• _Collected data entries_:
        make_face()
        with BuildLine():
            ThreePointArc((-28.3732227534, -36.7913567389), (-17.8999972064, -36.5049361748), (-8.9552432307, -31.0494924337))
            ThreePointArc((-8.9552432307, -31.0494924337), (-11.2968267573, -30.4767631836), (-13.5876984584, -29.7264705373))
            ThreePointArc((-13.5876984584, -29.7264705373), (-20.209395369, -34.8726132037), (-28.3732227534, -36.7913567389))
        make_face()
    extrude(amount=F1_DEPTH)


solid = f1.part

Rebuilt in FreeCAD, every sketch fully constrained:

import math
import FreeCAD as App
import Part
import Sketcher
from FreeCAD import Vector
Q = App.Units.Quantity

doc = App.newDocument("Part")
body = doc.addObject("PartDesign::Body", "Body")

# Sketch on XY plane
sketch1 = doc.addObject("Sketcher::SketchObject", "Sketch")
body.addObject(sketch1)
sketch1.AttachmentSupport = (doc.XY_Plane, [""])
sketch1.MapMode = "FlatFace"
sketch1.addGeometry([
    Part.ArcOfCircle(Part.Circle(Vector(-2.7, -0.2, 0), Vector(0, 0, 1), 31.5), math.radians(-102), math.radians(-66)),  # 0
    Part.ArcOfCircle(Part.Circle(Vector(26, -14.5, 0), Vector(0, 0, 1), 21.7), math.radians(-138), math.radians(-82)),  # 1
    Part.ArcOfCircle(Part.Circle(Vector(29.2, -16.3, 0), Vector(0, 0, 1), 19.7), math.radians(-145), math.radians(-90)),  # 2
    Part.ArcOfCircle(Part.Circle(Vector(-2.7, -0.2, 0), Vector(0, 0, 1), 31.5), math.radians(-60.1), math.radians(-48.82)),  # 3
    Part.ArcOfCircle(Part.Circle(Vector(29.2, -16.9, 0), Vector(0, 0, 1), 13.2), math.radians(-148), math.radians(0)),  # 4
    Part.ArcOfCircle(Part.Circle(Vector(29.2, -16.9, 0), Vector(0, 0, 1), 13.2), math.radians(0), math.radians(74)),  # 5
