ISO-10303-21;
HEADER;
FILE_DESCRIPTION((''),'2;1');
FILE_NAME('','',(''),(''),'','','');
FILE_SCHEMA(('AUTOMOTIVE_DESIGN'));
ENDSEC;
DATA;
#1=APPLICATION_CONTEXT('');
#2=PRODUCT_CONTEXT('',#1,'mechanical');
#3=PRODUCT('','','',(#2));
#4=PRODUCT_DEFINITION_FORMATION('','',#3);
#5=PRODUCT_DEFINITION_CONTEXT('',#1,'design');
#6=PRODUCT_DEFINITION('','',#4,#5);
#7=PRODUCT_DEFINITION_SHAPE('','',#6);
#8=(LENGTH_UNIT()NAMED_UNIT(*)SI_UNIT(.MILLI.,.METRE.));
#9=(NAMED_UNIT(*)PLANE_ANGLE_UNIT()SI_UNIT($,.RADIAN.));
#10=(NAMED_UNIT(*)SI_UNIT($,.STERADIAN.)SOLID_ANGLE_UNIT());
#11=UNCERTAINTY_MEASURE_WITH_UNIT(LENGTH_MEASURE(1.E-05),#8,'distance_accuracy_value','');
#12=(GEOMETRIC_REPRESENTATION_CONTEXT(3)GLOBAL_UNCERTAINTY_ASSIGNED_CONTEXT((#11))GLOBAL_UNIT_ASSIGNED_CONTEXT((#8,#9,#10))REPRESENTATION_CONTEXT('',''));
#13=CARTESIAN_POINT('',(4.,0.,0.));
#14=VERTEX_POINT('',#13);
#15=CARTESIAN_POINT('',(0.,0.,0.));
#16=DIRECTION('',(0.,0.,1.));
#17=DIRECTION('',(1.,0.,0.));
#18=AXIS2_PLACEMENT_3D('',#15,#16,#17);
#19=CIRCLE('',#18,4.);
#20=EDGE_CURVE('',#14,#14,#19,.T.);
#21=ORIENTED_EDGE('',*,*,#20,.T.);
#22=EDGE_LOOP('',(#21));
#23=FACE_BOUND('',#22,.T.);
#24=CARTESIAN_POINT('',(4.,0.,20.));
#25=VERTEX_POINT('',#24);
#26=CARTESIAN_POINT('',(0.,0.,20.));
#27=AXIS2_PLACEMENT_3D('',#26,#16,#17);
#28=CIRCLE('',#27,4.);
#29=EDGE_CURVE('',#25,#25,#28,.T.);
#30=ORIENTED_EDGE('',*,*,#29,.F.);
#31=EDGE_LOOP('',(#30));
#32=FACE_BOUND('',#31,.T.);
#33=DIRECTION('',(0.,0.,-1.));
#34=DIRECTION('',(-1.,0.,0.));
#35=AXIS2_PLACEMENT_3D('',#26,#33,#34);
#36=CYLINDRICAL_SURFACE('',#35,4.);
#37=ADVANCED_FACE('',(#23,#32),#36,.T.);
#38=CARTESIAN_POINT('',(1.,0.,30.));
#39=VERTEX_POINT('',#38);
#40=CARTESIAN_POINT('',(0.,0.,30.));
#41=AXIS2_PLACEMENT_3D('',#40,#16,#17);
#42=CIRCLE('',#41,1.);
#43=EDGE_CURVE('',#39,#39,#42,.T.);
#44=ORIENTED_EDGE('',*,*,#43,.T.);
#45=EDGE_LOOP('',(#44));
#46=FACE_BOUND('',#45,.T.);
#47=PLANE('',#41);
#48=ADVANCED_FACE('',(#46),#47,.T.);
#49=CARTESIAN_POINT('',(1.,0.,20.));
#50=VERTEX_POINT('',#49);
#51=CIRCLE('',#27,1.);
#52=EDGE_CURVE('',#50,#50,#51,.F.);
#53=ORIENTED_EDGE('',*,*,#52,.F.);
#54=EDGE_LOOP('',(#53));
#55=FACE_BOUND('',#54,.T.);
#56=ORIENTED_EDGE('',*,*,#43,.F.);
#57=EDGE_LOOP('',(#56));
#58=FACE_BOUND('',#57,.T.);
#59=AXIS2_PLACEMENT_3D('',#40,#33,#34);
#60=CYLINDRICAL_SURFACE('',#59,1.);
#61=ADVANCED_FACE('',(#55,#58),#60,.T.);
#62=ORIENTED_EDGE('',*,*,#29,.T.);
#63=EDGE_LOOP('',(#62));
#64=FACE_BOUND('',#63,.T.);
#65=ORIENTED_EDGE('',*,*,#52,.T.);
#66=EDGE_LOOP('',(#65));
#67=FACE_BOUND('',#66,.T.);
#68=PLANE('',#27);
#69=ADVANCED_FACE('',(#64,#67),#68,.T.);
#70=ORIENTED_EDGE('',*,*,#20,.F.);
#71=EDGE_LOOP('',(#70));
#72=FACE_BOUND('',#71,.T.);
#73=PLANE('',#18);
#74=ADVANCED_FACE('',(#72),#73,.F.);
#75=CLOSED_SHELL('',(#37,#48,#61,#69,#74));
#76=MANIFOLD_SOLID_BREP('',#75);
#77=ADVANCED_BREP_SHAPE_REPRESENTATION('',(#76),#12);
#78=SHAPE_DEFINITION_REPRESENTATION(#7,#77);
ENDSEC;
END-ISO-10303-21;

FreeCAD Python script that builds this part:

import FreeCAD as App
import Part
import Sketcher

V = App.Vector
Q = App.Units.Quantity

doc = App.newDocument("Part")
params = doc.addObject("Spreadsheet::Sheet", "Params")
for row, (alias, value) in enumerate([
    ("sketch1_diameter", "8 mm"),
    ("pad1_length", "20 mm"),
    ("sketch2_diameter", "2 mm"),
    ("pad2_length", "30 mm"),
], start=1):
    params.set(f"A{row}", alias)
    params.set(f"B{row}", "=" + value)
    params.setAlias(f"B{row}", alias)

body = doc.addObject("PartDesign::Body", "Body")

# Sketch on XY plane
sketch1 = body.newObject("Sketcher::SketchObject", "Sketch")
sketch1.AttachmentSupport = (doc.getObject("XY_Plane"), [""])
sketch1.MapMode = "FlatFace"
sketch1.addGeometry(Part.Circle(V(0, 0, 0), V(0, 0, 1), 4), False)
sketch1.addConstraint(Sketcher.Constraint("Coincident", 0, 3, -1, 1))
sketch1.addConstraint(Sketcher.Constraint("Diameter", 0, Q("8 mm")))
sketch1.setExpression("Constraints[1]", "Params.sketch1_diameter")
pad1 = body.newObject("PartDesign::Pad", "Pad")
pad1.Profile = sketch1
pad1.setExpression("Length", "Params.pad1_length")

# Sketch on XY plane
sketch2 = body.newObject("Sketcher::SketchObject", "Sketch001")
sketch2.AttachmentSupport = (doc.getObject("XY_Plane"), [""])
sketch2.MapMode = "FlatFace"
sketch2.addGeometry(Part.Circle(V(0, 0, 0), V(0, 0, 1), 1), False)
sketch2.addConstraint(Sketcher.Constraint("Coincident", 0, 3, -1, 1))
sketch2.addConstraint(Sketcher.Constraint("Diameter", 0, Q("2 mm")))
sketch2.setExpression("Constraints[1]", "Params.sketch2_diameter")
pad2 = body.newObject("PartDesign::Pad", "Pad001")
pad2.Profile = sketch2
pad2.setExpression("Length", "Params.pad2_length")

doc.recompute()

...

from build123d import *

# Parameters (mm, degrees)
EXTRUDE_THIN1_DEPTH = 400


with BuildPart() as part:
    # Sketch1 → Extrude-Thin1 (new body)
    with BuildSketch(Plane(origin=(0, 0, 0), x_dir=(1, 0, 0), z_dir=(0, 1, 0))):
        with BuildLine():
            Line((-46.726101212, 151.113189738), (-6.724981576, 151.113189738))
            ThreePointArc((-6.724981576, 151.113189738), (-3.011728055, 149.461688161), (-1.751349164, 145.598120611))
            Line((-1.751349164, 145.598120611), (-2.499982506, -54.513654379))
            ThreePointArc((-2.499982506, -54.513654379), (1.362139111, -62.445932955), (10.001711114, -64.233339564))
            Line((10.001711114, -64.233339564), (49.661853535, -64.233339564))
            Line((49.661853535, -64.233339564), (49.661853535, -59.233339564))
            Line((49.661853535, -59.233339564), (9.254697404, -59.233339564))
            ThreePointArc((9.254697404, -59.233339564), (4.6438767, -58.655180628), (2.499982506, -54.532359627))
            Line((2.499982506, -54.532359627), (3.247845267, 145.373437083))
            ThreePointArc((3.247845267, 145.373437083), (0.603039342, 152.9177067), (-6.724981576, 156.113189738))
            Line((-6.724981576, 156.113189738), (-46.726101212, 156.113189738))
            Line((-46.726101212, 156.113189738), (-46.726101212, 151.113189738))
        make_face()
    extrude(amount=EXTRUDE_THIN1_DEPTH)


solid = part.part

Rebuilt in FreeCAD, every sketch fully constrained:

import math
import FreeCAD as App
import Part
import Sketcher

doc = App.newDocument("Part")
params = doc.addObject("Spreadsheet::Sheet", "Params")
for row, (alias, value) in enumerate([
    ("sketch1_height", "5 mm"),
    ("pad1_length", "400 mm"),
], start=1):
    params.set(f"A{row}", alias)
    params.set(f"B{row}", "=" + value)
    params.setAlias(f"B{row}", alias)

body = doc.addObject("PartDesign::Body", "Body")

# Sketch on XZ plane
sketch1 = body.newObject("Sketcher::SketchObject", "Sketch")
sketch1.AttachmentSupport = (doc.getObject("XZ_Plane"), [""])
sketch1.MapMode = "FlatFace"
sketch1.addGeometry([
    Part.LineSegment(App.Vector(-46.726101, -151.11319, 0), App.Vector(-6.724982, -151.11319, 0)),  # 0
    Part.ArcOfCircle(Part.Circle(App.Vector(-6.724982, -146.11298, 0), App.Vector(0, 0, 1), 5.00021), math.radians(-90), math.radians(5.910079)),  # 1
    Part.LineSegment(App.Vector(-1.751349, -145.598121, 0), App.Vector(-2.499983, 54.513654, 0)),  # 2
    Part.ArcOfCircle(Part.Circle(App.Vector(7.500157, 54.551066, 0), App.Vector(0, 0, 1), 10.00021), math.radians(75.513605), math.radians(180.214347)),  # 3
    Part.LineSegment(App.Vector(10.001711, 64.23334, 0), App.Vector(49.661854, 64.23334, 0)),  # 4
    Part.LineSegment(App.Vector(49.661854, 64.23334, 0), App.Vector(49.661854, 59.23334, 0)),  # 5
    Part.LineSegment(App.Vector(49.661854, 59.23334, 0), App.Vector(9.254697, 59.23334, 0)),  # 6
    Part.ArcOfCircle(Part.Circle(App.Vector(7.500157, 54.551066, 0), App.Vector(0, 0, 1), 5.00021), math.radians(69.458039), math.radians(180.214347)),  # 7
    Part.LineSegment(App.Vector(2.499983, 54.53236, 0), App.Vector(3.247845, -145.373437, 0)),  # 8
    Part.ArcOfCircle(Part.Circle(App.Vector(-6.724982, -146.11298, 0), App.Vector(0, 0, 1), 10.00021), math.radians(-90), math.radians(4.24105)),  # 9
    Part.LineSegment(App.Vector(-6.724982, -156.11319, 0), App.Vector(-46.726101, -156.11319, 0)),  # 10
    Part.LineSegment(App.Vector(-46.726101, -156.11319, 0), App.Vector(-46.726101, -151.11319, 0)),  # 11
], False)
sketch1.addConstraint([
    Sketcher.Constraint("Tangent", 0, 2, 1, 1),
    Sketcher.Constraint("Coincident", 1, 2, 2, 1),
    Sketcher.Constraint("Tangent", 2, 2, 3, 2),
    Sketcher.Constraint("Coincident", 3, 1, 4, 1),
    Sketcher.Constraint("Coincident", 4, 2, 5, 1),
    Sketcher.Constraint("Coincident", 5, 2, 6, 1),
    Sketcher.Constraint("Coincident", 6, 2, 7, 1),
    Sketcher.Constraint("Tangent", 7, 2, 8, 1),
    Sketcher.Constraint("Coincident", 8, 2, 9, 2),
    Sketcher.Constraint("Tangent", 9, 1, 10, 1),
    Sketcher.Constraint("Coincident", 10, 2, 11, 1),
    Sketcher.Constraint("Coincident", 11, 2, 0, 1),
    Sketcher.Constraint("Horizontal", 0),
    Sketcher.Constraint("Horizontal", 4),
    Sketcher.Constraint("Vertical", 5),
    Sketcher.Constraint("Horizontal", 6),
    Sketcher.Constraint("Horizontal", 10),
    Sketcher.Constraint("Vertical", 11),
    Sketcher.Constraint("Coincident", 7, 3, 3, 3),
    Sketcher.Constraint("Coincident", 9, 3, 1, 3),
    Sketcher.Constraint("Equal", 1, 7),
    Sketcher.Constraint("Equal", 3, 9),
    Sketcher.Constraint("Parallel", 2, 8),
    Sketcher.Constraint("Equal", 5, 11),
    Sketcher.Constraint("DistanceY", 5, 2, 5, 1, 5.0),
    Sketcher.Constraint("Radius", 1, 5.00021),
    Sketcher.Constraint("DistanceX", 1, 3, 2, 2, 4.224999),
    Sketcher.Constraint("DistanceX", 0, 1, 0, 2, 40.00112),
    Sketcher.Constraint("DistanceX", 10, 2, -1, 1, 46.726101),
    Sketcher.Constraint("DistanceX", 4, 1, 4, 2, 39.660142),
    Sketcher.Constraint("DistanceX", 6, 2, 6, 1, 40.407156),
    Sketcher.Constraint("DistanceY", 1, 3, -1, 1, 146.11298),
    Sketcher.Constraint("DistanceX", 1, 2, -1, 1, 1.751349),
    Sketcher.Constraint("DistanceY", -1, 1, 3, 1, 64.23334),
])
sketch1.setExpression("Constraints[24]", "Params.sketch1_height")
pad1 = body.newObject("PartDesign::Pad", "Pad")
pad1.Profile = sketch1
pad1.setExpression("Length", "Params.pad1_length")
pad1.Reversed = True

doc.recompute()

• _WORK ITEM_: Where a line in the records above contains the string "ThreePointArc", copy that line.

• _COMPLETED TASK_:
            ThreePointArc((-28.3732227534, -36.7913567389), (-17.8999972064, -36.5049361748), (-8.9552432307, -31.0494924337))
            ThreePointArc((-8.9552432307, -31.0494924337), (-11.2968267573, -30.4767631836), (-13.5876984584, -29.7264705373))
            ThreePointArc((-13.5876984584, -29.7264705373), (-20.209395369, -34.8726132037), (-28.3732227534, -36.7913567389))
            ThreePointArc((-6.724981576, 151.113189738), (-3.011728055, 149.461688161), (-1.751349164, 145.598120611))
            ThreePointArc((-2.499982506, -54.513654379), (1.362139111, -62.445932955), (10.001711114, -64.233339564))
            ThreePointArc((9.254697404, -59.233339564), (4.6438767, -58.655180628), (2.499982506, -54.532359627))
            ThreePointArc((3.247845267, 145.373437083), (0.603039342, 152.9177067), (-6.724981576, 156.113189738))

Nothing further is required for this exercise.